Looking for the CS-foundations angle (formal grammars, automata theory, optimization theory)? See Architecture → CS → Compilers — that section approaches compilers as a CS topic. This roadmap approaches them as a tool a working engineer reaches for (parsing DSLs, building linters, reading codegen output).

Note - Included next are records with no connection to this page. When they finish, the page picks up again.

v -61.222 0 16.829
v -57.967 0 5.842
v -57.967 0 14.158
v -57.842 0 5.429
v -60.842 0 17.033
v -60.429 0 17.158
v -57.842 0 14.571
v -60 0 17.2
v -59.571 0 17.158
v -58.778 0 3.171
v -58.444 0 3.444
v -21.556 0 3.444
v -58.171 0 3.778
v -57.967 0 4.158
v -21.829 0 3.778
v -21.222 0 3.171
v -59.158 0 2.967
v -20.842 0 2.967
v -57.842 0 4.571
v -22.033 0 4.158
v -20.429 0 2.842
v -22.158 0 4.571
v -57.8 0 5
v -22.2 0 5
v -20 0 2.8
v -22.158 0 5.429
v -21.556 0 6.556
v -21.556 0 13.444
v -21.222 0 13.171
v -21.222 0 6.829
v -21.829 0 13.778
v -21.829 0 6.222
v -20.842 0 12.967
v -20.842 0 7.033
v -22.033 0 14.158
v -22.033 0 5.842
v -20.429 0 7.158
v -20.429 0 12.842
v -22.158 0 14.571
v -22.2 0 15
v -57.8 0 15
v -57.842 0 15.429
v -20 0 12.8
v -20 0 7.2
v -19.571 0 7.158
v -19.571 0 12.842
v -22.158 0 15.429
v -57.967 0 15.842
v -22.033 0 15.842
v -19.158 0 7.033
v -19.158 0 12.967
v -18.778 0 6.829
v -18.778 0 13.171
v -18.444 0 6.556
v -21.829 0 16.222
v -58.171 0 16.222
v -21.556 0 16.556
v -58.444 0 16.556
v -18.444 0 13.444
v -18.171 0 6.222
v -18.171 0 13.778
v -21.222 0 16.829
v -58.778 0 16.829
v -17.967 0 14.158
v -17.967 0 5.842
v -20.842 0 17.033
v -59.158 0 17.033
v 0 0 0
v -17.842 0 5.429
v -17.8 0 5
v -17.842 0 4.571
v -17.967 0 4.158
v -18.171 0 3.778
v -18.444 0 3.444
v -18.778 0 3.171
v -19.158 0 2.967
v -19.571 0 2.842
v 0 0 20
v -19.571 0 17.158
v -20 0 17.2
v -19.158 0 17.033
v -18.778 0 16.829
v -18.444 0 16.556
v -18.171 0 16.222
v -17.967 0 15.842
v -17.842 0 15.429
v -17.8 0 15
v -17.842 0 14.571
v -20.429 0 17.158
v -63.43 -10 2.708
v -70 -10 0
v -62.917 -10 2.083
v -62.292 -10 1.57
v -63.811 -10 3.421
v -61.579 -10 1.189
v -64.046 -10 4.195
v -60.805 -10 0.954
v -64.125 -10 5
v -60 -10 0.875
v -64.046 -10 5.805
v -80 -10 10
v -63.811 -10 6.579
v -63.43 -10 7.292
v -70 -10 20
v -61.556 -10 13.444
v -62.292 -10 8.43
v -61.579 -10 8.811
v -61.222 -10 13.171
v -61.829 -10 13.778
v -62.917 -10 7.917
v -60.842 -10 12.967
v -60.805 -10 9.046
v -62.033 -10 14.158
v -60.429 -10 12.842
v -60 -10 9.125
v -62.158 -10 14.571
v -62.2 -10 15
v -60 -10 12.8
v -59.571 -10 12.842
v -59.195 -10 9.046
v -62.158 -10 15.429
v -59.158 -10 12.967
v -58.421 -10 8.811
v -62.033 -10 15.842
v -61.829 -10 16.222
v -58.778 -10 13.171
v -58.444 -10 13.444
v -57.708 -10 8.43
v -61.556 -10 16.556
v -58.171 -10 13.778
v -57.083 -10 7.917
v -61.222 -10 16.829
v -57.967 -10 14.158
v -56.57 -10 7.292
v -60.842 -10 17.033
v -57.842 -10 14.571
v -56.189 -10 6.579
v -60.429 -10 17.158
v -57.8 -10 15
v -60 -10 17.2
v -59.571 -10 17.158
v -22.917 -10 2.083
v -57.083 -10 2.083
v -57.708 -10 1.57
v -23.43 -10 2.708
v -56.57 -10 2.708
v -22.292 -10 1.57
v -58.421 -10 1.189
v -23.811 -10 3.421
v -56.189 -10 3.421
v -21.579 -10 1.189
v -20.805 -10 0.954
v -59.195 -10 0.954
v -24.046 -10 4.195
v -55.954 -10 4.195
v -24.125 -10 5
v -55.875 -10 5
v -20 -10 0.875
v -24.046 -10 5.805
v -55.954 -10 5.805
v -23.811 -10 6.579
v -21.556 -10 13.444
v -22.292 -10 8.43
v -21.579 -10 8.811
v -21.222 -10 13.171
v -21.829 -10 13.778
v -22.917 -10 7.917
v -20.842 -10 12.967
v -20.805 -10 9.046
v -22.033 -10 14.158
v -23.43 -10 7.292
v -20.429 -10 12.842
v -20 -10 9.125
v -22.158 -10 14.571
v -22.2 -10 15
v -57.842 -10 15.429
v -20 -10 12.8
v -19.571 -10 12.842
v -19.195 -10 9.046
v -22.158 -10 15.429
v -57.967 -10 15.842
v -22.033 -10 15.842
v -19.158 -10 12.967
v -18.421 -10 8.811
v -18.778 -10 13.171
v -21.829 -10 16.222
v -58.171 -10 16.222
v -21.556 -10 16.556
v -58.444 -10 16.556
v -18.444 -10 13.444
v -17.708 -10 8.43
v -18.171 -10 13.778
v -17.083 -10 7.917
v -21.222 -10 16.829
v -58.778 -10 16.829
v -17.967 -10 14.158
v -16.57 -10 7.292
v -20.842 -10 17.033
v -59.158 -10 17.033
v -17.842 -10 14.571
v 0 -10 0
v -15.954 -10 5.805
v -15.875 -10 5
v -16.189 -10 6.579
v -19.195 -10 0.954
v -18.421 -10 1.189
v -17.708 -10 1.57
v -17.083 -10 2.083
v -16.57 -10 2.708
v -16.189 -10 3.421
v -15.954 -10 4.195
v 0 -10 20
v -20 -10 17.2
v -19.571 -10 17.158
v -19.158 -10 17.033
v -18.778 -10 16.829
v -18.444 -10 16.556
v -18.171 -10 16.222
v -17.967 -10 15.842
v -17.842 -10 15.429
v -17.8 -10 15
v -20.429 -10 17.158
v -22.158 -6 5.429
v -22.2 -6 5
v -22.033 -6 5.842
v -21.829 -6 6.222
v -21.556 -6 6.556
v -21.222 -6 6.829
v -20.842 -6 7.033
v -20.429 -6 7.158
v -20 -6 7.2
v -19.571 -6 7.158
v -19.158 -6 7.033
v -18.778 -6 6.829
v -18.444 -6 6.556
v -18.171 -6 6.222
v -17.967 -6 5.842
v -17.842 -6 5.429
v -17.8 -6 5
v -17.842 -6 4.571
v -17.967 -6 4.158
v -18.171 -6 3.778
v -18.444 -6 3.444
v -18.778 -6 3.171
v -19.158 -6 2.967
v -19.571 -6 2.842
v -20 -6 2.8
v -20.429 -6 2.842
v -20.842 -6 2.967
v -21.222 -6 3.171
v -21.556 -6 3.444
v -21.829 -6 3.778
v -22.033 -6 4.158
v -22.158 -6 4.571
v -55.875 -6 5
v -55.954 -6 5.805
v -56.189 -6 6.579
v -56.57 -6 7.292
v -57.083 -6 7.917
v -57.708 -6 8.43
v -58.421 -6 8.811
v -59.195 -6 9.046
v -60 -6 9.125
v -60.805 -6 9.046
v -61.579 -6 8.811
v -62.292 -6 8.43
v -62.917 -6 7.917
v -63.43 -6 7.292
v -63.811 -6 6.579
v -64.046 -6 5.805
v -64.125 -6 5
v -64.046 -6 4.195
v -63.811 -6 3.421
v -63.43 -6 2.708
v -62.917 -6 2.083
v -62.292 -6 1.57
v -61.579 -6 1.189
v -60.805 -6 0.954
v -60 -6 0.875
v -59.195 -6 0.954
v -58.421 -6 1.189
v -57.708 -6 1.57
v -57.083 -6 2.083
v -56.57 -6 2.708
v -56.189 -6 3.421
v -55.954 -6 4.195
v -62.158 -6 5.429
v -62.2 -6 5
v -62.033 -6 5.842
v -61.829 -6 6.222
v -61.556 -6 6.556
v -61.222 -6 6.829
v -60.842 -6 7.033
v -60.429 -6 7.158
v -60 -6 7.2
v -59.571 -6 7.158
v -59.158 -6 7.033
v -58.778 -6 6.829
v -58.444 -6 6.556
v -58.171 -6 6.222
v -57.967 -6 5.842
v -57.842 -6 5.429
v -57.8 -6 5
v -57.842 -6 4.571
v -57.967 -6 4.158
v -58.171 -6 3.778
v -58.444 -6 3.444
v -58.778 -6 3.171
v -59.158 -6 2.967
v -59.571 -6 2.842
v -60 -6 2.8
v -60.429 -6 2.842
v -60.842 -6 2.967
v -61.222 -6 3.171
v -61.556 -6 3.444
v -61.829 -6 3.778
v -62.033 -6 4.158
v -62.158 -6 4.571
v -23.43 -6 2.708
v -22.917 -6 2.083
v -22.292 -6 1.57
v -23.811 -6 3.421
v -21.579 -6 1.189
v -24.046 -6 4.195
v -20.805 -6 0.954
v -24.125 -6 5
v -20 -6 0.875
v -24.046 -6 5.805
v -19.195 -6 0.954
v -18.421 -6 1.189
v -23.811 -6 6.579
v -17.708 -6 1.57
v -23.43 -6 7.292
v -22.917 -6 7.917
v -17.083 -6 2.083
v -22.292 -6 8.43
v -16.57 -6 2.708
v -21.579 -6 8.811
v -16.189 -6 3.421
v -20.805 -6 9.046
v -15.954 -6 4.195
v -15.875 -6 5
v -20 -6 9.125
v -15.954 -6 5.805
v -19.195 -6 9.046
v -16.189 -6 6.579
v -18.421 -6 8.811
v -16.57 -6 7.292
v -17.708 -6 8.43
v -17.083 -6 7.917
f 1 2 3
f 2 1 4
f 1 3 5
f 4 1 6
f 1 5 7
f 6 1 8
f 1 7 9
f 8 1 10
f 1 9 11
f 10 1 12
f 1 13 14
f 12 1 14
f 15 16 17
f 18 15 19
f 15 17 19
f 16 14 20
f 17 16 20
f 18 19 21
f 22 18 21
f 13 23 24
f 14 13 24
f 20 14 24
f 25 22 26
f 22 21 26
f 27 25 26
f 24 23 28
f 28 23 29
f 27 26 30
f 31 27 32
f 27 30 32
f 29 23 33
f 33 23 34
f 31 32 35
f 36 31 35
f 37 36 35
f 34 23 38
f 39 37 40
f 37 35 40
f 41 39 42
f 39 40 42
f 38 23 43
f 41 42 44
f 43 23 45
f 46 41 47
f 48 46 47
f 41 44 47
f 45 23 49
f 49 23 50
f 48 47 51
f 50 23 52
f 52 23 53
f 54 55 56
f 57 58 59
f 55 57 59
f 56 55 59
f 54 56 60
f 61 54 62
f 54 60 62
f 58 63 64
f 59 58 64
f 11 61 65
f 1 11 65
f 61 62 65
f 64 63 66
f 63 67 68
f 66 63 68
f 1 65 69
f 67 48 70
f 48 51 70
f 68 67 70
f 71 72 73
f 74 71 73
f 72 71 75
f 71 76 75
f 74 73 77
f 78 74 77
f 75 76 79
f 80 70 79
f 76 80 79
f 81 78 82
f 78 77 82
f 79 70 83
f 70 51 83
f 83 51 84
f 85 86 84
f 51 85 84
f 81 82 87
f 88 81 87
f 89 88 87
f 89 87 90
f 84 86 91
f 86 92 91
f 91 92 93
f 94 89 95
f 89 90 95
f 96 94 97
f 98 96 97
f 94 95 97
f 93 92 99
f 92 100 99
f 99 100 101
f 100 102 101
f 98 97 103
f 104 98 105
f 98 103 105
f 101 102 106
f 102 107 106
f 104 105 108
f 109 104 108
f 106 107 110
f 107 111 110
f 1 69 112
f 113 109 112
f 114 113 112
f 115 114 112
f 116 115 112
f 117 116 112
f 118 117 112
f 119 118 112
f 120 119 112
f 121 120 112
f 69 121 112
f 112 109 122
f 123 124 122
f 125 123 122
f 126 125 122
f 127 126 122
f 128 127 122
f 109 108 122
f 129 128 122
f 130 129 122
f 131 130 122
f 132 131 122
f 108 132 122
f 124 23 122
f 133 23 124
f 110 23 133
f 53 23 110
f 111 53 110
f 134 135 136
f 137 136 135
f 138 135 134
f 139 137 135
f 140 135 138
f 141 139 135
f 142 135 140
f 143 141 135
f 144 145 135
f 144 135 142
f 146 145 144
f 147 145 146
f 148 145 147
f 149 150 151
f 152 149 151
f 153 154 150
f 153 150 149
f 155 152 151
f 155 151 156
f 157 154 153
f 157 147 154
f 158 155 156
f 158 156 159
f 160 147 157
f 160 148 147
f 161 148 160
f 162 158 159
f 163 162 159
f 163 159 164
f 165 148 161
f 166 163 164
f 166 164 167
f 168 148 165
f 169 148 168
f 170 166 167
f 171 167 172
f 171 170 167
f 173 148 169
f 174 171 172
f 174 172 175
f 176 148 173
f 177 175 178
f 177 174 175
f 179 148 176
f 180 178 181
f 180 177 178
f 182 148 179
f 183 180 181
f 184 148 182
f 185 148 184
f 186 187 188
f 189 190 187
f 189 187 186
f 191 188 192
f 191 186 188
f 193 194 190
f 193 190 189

Looking for build orchestration (make, bazel, cargo)? See Build Systems.


Why a Dedicated Roadmap

Most engineers will never write a production compiler — but most engineers will:

  • Read a parser/AST library (Tree-sitter, ANTLR, go/ast)
  • Write a small DSL or a config-language interpreter
  • Debug "why does the compiler emit this weird code?"
  • Implement a linter, codemod, or codegen tool
  • Read LLVM IR or JVM bytecode to understand a performance issue

This roadmap targets that working-engineer slice — the parts of compilers that show up in everyday senior work.

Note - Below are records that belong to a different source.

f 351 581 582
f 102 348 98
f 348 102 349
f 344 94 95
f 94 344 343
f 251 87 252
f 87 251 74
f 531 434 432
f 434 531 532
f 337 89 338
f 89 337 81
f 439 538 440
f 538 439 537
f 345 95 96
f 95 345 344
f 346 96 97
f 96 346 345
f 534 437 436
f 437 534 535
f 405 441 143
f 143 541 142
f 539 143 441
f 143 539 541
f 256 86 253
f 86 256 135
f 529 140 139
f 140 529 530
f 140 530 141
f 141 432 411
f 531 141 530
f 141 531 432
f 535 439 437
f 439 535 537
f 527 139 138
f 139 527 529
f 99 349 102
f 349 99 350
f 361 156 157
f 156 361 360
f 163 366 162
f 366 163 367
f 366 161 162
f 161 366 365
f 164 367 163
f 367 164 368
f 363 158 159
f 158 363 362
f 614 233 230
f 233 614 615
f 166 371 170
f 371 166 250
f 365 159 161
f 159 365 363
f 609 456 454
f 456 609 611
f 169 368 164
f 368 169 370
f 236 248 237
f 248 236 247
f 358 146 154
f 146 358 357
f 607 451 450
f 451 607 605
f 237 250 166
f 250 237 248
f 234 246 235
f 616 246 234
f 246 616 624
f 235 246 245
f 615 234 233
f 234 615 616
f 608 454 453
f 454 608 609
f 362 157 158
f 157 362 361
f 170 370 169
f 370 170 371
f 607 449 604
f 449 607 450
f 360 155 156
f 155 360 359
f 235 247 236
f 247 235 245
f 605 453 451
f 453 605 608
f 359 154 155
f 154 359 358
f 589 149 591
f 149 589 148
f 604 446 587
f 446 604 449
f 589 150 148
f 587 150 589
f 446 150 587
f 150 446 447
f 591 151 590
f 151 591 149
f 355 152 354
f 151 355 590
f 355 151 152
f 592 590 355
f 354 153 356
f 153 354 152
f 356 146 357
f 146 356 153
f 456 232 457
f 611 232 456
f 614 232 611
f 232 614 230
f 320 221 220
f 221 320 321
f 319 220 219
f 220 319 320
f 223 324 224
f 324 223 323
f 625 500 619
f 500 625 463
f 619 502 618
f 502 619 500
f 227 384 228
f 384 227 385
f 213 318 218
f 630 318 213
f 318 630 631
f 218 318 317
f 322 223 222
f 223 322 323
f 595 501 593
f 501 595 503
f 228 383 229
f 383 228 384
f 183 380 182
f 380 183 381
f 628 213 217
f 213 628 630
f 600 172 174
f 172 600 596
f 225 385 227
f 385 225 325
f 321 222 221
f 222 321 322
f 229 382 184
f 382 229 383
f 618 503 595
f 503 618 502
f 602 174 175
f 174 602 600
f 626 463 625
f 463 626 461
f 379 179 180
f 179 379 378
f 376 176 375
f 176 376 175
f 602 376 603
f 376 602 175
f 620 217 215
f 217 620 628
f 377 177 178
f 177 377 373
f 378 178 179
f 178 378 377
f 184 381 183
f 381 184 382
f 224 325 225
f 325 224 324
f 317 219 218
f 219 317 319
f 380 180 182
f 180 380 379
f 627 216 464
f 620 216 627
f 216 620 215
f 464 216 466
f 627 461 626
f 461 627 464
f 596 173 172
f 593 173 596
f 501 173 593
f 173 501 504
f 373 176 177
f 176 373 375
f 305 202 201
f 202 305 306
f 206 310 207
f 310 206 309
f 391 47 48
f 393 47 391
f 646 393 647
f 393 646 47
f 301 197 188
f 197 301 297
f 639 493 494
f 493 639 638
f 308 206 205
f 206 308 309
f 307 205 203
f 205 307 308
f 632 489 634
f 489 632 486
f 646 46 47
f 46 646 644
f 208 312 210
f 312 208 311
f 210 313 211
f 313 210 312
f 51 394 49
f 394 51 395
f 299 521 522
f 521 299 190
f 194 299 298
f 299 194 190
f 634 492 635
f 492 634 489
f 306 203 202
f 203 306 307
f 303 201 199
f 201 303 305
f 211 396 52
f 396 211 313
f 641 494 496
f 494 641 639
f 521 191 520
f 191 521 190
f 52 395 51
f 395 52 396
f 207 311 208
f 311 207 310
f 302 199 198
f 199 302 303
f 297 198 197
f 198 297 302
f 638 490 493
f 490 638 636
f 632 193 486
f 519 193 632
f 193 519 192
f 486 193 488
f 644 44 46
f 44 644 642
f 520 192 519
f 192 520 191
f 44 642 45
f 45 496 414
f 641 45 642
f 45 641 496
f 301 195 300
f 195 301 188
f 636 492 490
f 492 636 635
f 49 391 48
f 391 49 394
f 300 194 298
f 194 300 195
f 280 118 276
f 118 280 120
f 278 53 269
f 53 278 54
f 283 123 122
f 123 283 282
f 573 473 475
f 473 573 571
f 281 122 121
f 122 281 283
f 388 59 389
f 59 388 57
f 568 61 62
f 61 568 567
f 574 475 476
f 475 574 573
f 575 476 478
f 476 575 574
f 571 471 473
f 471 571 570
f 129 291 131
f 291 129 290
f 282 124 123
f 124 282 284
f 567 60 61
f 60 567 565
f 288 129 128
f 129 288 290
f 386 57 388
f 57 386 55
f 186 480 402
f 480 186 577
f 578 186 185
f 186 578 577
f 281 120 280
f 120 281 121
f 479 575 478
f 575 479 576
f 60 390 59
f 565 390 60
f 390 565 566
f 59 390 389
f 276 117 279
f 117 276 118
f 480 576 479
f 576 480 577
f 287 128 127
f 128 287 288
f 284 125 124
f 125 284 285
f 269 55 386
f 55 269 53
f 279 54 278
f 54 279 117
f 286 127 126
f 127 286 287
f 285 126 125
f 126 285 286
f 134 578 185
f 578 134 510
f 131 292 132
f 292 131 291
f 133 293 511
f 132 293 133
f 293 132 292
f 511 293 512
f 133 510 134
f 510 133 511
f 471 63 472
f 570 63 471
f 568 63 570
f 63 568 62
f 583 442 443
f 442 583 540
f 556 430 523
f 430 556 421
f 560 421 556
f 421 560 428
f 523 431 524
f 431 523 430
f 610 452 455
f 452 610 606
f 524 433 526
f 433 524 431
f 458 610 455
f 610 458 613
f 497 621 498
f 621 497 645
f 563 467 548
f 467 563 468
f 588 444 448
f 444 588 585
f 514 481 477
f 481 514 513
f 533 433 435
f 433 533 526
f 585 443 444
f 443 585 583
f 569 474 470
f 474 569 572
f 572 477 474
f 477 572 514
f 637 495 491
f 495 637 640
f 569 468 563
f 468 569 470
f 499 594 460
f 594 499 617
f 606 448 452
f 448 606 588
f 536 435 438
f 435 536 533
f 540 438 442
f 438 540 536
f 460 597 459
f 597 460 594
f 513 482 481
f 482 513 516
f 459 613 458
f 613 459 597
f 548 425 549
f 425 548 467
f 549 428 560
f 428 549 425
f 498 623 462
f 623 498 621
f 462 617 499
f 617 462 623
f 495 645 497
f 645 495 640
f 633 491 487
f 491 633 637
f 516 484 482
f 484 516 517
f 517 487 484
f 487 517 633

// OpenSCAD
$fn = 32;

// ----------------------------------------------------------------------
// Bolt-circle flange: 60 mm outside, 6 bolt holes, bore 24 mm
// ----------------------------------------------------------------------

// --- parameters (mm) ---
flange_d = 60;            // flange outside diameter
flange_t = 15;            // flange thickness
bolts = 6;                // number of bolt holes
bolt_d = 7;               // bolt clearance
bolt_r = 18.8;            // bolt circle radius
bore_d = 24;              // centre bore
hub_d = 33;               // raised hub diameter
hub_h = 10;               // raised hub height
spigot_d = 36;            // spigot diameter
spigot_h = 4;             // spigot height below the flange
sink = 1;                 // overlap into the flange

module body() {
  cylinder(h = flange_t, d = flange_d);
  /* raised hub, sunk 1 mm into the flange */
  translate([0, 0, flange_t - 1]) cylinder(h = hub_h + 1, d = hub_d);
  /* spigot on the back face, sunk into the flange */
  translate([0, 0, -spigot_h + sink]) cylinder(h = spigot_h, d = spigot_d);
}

Roadmap Question it answers
Type Systems What can the compiler prove about my program?
Build Systems How is source turned into a runnable artifact?
Compilers & Interpreters (this) How does a language actually understand and execute code?

Sections

# Topic Focus
01 The Big Picture Source → tokens → AST → IR → target; the phases and what each does
02 Lexers / Tokenizers Regular languages, state machines, hand-written vs generated lexers
03 Parsers Grammar classes (LL, LR, PEG), recursive descent, Pratt parsing, error recovery
04 Abstract Syntax Trees Designing an AST, visitor pattern, immutable trees, source positions
05 Semantic Analysis Name resolution, scopes, type checking, constant folding
06 Intermediate Representations Three-address code, SSA form, LLVM IR, JVM bytecode
07 Optimization Constant folding, inlining, DCE, escape analysis, loop optimizations
08 Code Generation Register allocation, instruction selection, target ABIs
09 Interpreters Tree-walking, bytecode VMs, JIT compilers, AOT vs JIT trade-offs
10 Runtimes GC, threads, FFI, the line between language and runtime
11 DSLs in Practice External vs internal DSLs, when to design one, when to just use a library
12 Reading Codegen Inspecting Go's SSA dumps, JVM bytecode (javap), Rust's MIR, LLVM IR

Languages

The roadmap is meta-linguistic: examples in Go (writing a small interpreter, using go/ast and go/parser), Java (reading bytecode, ASM), Python (ast module, building DSLs), and Rust (syn, procedural macros) — the four languages most likely to show up in real codegen / tooling work.


Status

Structure defined; content pending.


References

  • Compilers: Principles, Techniques, and Tools — Aho, Lam, Sethi, Ullman ("the Dragon Book")
  • Engineering a Compiler — Cooper & Torczon
  • Crafting Interpreters — Robert Nystrom (free online, the modern hands-on classic)
  • Writing an Interpreter in Go / Writing a Compiler in Go — Thorsten Ball

Project Context

Part of the Senior Project — a personal effort to consolidate the essential knowledge of software engineering in one place.